EXERCISE |
The answer is to be an exact copy of the lines below running from the line with "f 24 116 117" down to the line with "f 160 159 162", both ends included, and nothing more.

LISTED RECORDS Block Start

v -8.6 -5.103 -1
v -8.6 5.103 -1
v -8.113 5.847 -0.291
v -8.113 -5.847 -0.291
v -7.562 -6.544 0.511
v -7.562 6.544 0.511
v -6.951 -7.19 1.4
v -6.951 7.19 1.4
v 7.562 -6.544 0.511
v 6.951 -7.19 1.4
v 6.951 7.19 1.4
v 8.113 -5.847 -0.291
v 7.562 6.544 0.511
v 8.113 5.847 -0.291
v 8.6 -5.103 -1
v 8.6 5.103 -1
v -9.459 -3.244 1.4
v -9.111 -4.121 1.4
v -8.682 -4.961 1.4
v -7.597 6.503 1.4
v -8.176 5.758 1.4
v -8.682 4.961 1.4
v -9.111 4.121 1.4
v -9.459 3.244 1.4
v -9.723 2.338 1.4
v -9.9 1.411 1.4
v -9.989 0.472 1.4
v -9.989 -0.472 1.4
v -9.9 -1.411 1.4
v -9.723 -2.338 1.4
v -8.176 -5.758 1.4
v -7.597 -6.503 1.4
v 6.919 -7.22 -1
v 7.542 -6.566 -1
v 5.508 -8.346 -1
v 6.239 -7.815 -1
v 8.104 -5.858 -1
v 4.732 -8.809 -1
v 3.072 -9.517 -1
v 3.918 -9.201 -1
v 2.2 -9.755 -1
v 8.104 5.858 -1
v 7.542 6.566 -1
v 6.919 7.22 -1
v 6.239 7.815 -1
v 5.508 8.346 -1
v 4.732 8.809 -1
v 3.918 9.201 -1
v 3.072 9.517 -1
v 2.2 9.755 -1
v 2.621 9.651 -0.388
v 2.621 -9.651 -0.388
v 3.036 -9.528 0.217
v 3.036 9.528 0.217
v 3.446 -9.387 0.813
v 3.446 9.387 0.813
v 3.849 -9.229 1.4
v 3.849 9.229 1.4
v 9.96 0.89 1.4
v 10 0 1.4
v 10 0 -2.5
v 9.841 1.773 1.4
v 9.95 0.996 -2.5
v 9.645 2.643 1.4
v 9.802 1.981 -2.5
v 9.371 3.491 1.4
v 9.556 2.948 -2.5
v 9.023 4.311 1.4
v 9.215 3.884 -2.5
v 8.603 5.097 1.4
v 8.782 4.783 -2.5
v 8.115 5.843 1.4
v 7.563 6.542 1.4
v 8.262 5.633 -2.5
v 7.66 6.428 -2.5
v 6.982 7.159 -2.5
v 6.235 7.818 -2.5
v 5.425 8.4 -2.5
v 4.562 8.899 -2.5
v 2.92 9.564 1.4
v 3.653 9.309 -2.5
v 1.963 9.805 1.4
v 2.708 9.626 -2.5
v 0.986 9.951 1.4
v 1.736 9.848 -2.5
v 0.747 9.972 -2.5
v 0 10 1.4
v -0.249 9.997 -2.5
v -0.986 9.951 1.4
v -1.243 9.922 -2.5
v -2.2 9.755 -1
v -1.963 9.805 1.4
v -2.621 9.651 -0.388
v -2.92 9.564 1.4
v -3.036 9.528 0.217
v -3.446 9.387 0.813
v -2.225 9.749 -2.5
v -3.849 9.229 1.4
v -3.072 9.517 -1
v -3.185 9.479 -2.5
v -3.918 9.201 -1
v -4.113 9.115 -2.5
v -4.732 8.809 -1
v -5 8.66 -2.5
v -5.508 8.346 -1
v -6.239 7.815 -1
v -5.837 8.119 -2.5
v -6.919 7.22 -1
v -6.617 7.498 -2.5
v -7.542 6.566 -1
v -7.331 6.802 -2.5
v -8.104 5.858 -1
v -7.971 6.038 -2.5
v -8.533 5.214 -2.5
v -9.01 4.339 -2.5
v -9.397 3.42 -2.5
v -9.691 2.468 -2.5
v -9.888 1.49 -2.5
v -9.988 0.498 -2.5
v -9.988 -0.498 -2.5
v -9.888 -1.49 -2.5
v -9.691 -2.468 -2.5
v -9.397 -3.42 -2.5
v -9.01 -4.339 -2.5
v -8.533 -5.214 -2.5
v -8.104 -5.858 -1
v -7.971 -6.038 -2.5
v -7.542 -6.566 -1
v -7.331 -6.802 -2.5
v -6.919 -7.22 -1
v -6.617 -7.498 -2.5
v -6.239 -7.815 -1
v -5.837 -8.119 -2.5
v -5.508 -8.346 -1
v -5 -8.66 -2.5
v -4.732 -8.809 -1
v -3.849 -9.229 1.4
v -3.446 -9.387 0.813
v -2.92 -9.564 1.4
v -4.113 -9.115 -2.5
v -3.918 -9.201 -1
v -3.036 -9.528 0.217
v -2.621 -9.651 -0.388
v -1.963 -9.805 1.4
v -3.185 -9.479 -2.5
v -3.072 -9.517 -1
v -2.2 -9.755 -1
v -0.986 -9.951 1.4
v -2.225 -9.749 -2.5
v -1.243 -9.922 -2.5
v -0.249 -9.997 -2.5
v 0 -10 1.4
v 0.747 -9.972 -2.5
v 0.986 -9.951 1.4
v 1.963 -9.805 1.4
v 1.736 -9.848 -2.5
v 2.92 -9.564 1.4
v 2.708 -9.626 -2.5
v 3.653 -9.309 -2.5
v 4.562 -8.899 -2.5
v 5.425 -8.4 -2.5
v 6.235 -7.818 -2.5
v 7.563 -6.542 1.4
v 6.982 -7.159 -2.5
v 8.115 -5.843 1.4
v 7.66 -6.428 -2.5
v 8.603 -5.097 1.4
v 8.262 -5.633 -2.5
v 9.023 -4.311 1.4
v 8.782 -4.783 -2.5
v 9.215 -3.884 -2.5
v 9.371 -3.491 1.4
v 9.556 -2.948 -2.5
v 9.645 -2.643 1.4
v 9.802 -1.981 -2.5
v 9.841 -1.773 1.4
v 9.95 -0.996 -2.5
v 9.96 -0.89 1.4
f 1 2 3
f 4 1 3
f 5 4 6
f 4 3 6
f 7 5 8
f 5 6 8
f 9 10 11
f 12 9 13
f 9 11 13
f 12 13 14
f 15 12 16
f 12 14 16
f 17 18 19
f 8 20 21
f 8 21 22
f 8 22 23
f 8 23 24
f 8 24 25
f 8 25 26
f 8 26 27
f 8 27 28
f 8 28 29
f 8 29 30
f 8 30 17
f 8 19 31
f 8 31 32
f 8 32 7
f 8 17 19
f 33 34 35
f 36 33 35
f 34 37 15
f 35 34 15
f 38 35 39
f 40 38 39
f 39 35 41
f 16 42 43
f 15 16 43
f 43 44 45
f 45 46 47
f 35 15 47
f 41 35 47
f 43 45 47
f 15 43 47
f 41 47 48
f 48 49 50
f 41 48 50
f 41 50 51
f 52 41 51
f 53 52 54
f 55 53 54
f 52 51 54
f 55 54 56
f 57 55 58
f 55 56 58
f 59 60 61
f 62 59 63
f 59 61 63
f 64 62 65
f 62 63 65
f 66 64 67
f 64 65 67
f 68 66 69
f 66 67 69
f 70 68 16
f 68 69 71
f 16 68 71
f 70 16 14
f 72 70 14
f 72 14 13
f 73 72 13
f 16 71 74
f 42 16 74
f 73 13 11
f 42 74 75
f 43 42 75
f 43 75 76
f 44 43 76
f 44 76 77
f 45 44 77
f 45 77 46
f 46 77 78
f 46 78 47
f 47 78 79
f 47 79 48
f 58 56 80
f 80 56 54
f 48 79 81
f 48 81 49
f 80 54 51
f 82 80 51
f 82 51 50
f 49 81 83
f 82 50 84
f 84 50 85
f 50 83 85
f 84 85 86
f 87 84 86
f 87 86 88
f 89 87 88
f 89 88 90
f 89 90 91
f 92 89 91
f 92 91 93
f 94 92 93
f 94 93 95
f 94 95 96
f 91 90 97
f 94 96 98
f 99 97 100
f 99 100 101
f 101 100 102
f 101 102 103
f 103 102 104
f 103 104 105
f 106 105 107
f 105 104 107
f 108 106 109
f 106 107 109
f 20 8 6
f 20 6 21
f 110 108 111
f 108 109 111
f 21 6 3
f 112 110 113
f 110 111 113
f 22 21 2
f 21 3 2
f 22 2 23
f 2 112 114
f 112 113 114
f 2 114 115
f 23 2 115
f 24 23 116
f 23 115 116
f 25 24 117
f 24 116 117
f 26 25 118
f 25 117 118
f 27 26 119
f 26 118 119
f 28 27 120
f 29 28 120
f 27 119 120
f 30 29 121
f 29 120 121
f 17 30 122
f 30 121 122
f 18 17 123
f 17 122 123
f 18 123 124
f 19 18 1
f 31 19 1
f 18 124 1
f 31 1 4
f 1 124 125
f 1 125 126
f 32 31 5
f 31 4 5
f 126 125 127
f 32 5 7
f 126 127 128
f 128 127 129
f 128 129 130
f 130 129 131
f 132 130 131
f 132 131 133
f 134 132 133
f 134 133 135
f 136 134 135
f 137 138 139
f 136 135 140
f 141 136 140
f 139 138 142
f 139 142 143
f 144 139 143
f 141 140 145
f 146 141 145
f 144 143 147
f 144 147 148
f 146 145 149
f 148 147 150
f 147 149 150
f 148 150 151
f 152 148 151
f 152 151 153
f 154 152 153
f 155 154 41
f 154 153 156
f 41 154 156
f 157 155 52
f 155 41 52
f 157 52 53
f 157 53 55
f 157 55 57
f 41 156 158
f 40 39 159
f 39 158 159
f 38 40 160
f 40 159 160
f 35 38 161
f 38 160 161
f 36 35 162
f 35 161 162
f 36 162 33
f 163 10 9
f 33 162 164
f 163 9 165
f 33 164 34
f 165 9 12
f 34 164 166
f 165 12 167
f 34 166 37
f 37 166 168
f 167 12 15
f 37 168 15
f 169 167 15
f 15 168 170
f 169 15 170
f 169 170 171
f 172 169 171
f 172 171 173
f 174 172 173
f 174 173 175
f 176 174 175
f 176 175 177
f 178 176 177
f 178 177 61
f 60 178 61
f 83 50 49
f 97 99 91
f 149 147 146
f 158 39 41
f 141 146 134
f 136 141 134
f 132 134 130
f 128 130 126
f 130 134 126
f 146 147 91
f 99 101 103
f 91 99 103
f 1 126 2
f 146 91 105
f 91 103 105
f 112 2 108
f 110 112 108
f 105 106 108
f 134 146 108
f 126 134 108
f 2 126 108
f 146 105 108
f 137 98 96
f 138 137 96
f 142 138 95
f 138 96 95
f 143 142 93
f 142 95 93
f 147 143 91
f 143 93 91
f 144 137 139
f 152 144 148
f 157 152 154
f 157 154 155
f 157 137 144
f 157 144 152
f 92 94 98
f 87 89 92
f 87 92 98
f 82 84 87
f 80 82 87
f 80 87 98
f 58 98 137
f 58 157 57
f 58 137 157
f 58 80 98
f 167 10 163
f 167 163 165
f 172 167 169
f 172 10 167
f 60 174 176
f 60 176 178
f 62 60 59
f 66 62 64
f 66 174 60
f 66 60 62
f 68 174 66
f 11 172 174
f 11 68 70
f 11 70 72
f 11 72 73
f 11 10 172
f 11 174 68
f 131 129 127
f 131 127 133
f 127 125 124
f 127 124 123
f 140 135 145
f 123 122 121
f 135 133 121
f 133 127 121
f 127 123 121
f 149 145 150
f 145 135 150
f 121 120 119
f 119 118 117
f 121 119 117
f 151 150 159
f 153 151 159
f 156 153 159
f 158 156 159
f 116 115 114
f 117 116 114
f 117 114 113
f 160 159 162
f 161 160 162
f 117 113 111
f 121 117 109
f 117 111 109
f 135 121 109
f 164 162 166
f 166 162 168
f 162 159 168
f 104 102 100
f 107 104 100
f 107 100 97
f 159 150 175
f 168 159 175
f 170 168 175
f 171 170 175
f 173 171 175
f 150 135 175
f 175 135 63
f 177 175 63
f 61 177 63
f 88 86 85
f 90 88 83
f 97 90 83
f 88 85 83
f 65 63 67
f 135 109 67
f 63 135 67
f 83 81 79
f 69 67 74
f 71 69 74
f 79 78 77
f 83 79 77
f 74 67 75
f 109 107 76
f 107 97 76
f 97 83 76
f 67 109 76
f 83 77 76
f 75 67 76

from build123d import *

# Parameters (mm, degrees)
F0_R     = 10
F1_DEPTH = 3.9
F4_DEPTH = 25
F5_DEPTH = 25


with BuildPart() as f1:
    # F0 (on Top) → F1 (new body)
    with BuildSketch(Plane.XY):
        Circle(F0_R)
    extrude(amount=F1_DEPTH)


with BuildPart() as f1_1:
    # F3: moved
    add(f1.part.moved(Location((0, 0, -2.5))))

    # F2 (on Front) → F4 (cut)
    with BuildSketch(Plane.XZ):
        Polygon((-2.2, -1), (-3.849474, 1.4), (-6.950526, 1.4), (-8.6, -1), align=None)
        Polygon((8.6, -1), (6.950526, 1.4), (3.849474, 1.4), (2.2, -1), align=None)
    extrude(amount=-F4_DEPTH, mode=Mode.SUBTRACT)

    # F4_face (on face) → F5 (cut)
    with BuildSketch(Plane(origin=(5.4, 0, 0.061112), x_dir=(1, 0, 0), z_dir=(0, 1, 0))):
        Polygon((1.550526, -1.338888), (3.2, 1.061112), (-3.2, 1.061112), (-1.550526, -1.338888), align=None)
        Polygon((-14, 1.061112), (-12.350526, -1.338888), (-9.249474, -1.338888), (-7.6, 1.061112), align=None)
    extrude(amount=-F5_DEPTH, mode=Mode.SUBTRACT)


solid = f1_1.part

LISTED RECORDS Block End

WRITTEN REPLY |
f 24 116 117
f 26 25 118
f 25 117 118
f 27 26 119
f 26 118 119
f 28 27 120
f 29 28 120
f 27 119 120
f 30 29 121
f 29 120 121
f 17 30 122
f 30 121 122
f 18 17 123
f 17 122 123
f 18 123 124
f 19 18 1
f 31 19 1
f 18 124 1
f 31 1 4
f 1 124 125
f 1 125 126
f 32 31 5
f 31 4 5
f 126 125 127
f 32 5 7
f 126 127 128
f 128 127 129
f 128 129 130
f 130 129 131
f 132 130 131
f 132 131 133
f 134 132 133
f 134 133 135
f 136 134 135
f 137 138 139
f 136 135 140
f 141 136 140
f 139 138 142
f 139 142 143
f 144 139 143
f 141 140 145
f 146 141 145
f 144 143 147
f 144 147 148
f 146 145 149
f 148 147 150
f 147 149 150
f 148 150 151
f 152 148 151
f 152 151 153
f 154 152 153
f 155 154 41
f 154 153 156
f 41 154 156
f 157 155 52
f 155 41 52
f 157 52 53
f 157 53 55
f 157 55 57
f 41 156 158
f 40 39 159
f 39 158 159
f 38 40 160
f 40 159 160
f 35 38 161
f 38 160 161
f 36 35 162
f 35 161 162
f 36 162 33
f 163 10 9
f 33 162 164
f 163 9 165
f 33 164 34
f 165 9 12
f 34 164 166
f 165 12 167
f 34 166 37
f 37 166 168
f 167 12 15
f 37 168 15
f 169 167 15
f 15 168 170
f 169 15 170
f 169 170 171
f 172 169 171
f 172 171 173
f 174 172 173
f 174 173 175
f 176 174 175
f 176 175 177
f 178 176 177
f 178 177 61
f 60 178 61
f 83 50 49
f 97 99 91
f 149 147 146
f 158 39 41
f 141 146 134
f 136 141 134
f 132 134 130
f 128 130 126
f 130 134 126
f 146 147 91
f 99 101 103
f 91 99 103
f 1 126 2
f 146 91 105
f 91 103 105
f 112 2 108
f 110 112 108
f 105 106 108
f 134 146 108
f 126 134 108
f 2 126 108
f 146 105 108
f 137 98 96
f 138 137 96
f 142 138 95
f 138 96 95
f 143 142 93
f 142 95 93
f 147 143 91
f 143 93 91
f 144 137 139
f 152 144 148
f 157 152 154
f 157 154 155
f 157 137 144
f 157 144 152
f 92 94 98
f 87 89 92
f 87 92 98
f 82 84 87
f 80 82 87
f 80 87 98
f 58 98 137
f 58 157 57
f 58 137 157
f 58 80 98
f 167 10 163
f 167 163 165
f 172 167 169
f 172 10 167
f 60 174 176
f 60 176 178
f 62 60 59
f 66 62 64
f 66 174 60
f 66 60 62
f 68 174 66
f 11 172 174
f 11 68 70
f 11 70 72
f 11 72 73
f 11 10 172
f 11 174 68
f 131 129 127
f 131 127 133
f 127 125 124
f 127 124 123
f 140 135 145
f 123 122 121
f 135 133 121
f 133 127 121
f 127 123 121
f 149 145 150
f 145 135 150
f 121 120 119
f 119 118 117
f 121 119 117
f 151 150 159
f 153 151 159
f 156 153 159
f 158 156 159
f 116 115 114
f 117 116 114
f 117 114 113
f 160 159 162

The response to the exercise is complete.